NÜRNBERG (dpa-AFX) - Die erwartete Leitzinswende in den USA wird nach Einschätzung des Marktforschungsinstituts GfK den Konsum nicht unmittelbar belasten. "Höhere Leitzinsen fördern den Konsum zwar nicht, sind aber nicht kriegsentscheidend", sagte der Vorstandsvorsitzende der GfK < GFK.ETR > , Klaus Wübbenhorst, am Montag der Nachrichtenagentur dpa-AFX.

NÜRNBERG (dpa-AFX) - Die erwartete Leitzinswende in den USA wird nach Einschätzung des Marktforschungsinstituts GfK den Konsum nicht unmittelbar belasten. "Höhere Leitzinsen fördern den Konsum zwar nicht, sind aber nicht kriegsentscheidend", sagte der Vorstandsvorsitzende der GfK < GFK.ETR > , Klaus Wübbenhorst, am Montag der Nachrichtenagentur dpa-AFX.

"Höhere Zinsen sind derzeit aus Sicht des Verbrauchers nicht das Thema Nummer Eins", sagte Wübbenhorst. Im Vordergrund stehe weiter die Sorge um den eigenen Arbeitsplatz. "Die Lage am Arbeitsmarkt bleibt die Hauptkonsumbremse", sagte Wübbenhorst. Auch die steigenden Benzinpreise spielten im Hinblick auf die Konsumzurückhaltung "eindeutig die größere Rolle".

STIMMUNGSAUFHELLUNG BEI KONSUMENTEN HOFFNUNGSSCHIMMER

Darüber hinaus seien die Unternehmer von der erwarteten Leitzinswende stärker betroffen als die Konsumenten.

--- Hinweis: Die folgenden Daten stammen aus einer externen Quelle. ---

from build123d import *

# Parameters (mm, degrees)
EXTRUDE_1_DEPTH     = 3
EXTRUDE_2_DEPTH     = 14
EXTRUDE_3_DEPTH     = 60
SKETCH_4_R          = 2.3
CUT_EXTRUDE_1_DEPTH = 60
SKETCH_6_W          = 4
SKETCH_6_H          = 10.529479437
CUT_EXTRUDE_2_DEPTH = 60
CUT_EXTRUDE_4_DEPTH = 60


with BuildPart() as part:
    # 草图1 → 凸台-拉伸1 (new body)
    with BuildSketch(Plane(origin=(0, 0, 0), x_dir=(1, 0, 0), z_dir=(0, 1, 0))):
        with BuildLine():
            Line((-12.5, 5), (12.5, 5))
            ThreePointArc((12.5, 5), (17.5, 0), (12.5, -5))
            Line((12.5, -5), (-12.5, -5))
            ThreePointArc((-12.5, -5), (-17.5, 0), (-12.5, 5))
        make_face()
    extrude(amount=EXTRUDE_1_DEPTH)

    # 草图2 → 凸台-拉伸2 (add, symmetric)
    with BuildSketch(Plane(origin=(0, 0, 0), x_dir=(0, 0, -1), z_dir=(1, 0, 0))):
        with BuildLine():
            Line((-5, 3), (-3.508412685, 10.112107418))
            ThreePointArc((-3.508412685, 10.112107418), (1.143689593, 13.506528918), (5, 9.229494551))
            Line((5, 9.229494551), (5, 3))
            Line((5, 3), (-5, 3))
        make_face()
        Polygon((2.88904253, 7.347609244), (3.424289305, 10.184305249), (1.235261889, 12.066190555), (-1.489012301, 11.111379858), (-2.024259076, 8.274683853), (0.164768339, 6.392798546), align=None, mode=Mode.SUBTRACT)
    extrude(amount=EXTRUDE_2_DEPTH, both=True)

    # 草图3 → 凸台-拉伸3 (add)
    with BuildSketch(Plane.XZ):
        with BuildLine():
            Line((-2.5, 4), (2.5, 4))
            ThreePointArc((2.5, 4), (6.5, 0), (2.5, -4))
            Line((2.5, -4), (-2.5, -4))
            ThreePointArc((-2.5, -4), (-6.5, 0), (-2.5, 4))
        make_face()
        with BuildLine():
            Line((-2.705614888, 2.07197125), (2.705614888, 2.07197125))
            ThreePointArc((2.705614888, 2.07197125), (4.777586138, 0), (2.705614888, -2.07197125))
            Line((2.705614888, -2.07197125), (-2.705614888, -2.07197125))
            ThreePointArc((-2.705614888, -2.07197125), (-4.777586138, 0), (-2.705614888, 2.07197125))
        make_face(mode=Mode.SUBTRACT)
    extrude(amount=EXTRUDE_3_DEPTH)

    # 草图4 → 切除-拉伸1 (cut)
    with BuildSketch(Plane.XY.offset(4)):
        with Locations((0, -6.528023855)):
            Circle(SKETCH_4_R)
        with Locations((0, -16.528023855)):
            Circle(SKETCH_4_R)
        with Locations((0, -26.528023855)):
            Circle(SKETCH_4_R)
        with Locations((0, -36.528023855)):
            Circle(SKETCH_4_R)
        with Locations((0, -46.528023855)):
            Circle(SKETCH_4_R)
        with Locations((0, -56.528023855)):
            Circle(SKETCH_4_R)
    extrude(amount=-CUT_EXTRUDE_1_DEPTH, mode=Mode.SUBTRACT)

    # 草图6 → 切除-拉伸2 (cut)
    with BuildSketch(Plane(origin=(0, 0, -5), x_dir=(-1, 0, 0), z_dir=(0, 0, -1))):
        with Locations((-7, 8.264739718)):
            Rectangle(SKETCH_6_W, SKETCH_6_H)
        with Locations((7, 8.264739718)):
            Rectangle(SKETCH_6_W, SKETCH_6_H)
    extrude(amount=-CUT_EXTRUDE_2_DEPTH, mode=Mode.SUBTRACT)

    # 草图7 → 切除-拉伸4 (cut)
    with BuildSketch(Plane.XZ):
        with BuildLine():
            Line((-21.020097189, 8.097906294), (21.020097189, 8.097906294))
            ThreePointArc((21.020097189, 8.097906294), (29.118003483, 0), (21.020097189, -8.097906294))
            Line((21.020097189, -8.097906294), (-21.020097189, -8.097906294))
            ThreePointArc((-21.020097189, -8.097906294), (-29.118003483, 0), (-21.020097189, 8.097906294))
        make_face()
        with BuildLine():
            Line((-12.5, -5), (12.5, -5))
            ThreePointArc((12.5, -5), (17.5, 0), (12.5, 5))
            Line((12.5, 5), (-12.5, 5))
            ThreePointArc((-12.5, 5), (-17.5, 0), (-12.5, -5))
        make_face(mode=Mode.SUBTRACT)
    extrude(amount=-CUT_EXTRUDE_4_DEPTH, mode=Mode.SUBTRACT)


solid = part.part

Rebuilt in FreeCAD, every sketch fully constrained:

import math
import FreeCAD as App
import Part
import Sketcher
from FreeCAD import Vector
Q = App.Units.Quantity


def add_polygon(sketch, points):
    """Adds a closed chain of lines whose ends are joined by coincident constraints."""
    first, n = sketch.GeometryCount, len(points)
    for a, b in zip(points, points[1:] + points[:1]):
        sketch.addGeometry(Part.LineSegment(App.Vector(*a, 0), App.Vector(*b, 0)), False)
    for i in range(n):
        sketch.addConstraint(Sketcher.Constraint("Coincident", first + i, 2, first + (i + 1) % n, 1))

doc = App.newDocument("Part")
body = doc.addObject("PartDesign::Body", "Body")

sketch1 = doc.addObject("Sketcher::SketchObject", "Sketch")
body.addObject(sketch1)
sketch1.AttachmentSupport = (doc.XZ_Plane, [""])
sketch1.MapMode = "FlatFace"
sketch1.addGeometry([
    Part.LineSegment(Vector(12, -5, 0), Vector(-12, -5, 0)),
    Part.ArcOfCircle(Part.Circle(Vector(-12, 0, 0), Vector(0, 0, 1), 5), math.radians(90), math.radians(270)),
    Part.LineSegment(Vector(-12, 5, 0), Vector(12, 5, 0)),
    Part.ArcOfCircle(Part.Circle(Vector(12, 0, 0), Vector(0, 0, 1), 5), math.radians(-90), math.radians(90)),
], False)
sketch1.addConstraint([
    Sketcher.Constraint("Tangent", 0, 2, 1, 2),
    Sketcher.Constraint("Tangent", 1, 1, 2, 1),
    Sketcher.Constraint("Tangent", 2, 2, 3, 2),
    Sketcher.Constraint("Tangent", 3, 1, 0, 1),
    Sketcher.Constraint("Horizontal", 0),
    Sketcher.Constraint("Horizontal", 2),
    Sketcher.Constraint("Symmetric", 1, 3, 3, 3, -1, 1),
    Sketcher.Constraint("Radius", 1, Q("5 mm")),
    Sketcher.Constraint("DistanceX", 0, 2, 0, 1, Q("25 mm")),
])
pad1 = doc.addObject("PartDesign::Pad", "Pad")
body.addObject(pad1)
pad1.Profile = sketch1
pad1.Length = 3
pad1.Reversed = True

sketch2 = doc.addObject("Sketcher::SketchObject", "Sketch001")
body.addObject(sketch2)
sketch2.AttachmentSupport = (doc.YZ_Plane, [""])
sketch2.MapMode = "FlatFace"
sketch2.addGeometry(Part.LineSegment(Vector(10.1, 3.5, 0), Vector(3, 5, 0)), False)
sketch2.addGeometry(Part.LineSegment(Vector(3, 5, 0), Vector(3, -5, 0)), False)
sketch2.addGeometry(Part.LineSegment(Vector(3, -5, 0), Vector(9.2, -5, 0)), False)
sketch2.addGeometry(Part.ArcOfCircle(Part.Circle(Vector(9.2, -0.7, 0), Vector(0, 0, 1), 4.3), math.radians(-90), math.radians(78)), False)
add_polygon(sketch2, [(7.3, -2.9), (6.4, -0.2), (8.3, 2), (11.1, 1.5), (12.1, -1.2), (10.2, -3.4)])
sketch2.addConstraint([
    Sketcher.Constraint("Coincident", 0, 2, 1, 1),
    Sketcher.Constraint("Coincident", 1, 2, 2, 1),
    Sketcher.Constraint("Tangent", 2, 2, 3, 1),
    Sketcher.Constraint("Tangent", 3, 2, 0, 1),
    Sketcher.Constraint("Vertical", 1),
    Sketcher.Constraint("Horizontal", 2),
    Sketcher.Constraint("Parallel", 4, 7),
    Sketcher.Constraint("Parallel", 5, 8),
    Sketcher.Constraint("Parallel", 6, 9),
    Sketcher.Constraint("Equal", 4, 5),
    Sketcher.Constraint("Equal", 5, 6),
    Sketcher.Constraint("Equal", 6, 7),
    Sketcher.Constraint("DistanceY", 1, 2, 1, 1, Q("10 mm")),
    Sketcher.Constraint("DistanceX", -1, 1, 0, 2, Q("3 mm")),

Angesichts der nach wie vor gedämpften Stimmung in den deutschen Unternehmen sei für die Eurozone ohnehin nicht von einer raschen Leitzinserhöhung auszugehen.

Die leichte Stimmungsaufhellung bei den Konsumenten im Juni ist nach Einschätzung von Wübbenhorst "ein Hoffnungsschimmer, aber noch kein Durchbruch". "Der Konsument gibt noch kein Signal für eine Entwarnung", sagte Wübbenhorst. Der Zick-Zack-Kurs bei der Stimmung der Konsumenten setze sich mit leichter Aufwärtstendenz fort. Eine durchgreifende Erholung sei aber nicht auszumachen.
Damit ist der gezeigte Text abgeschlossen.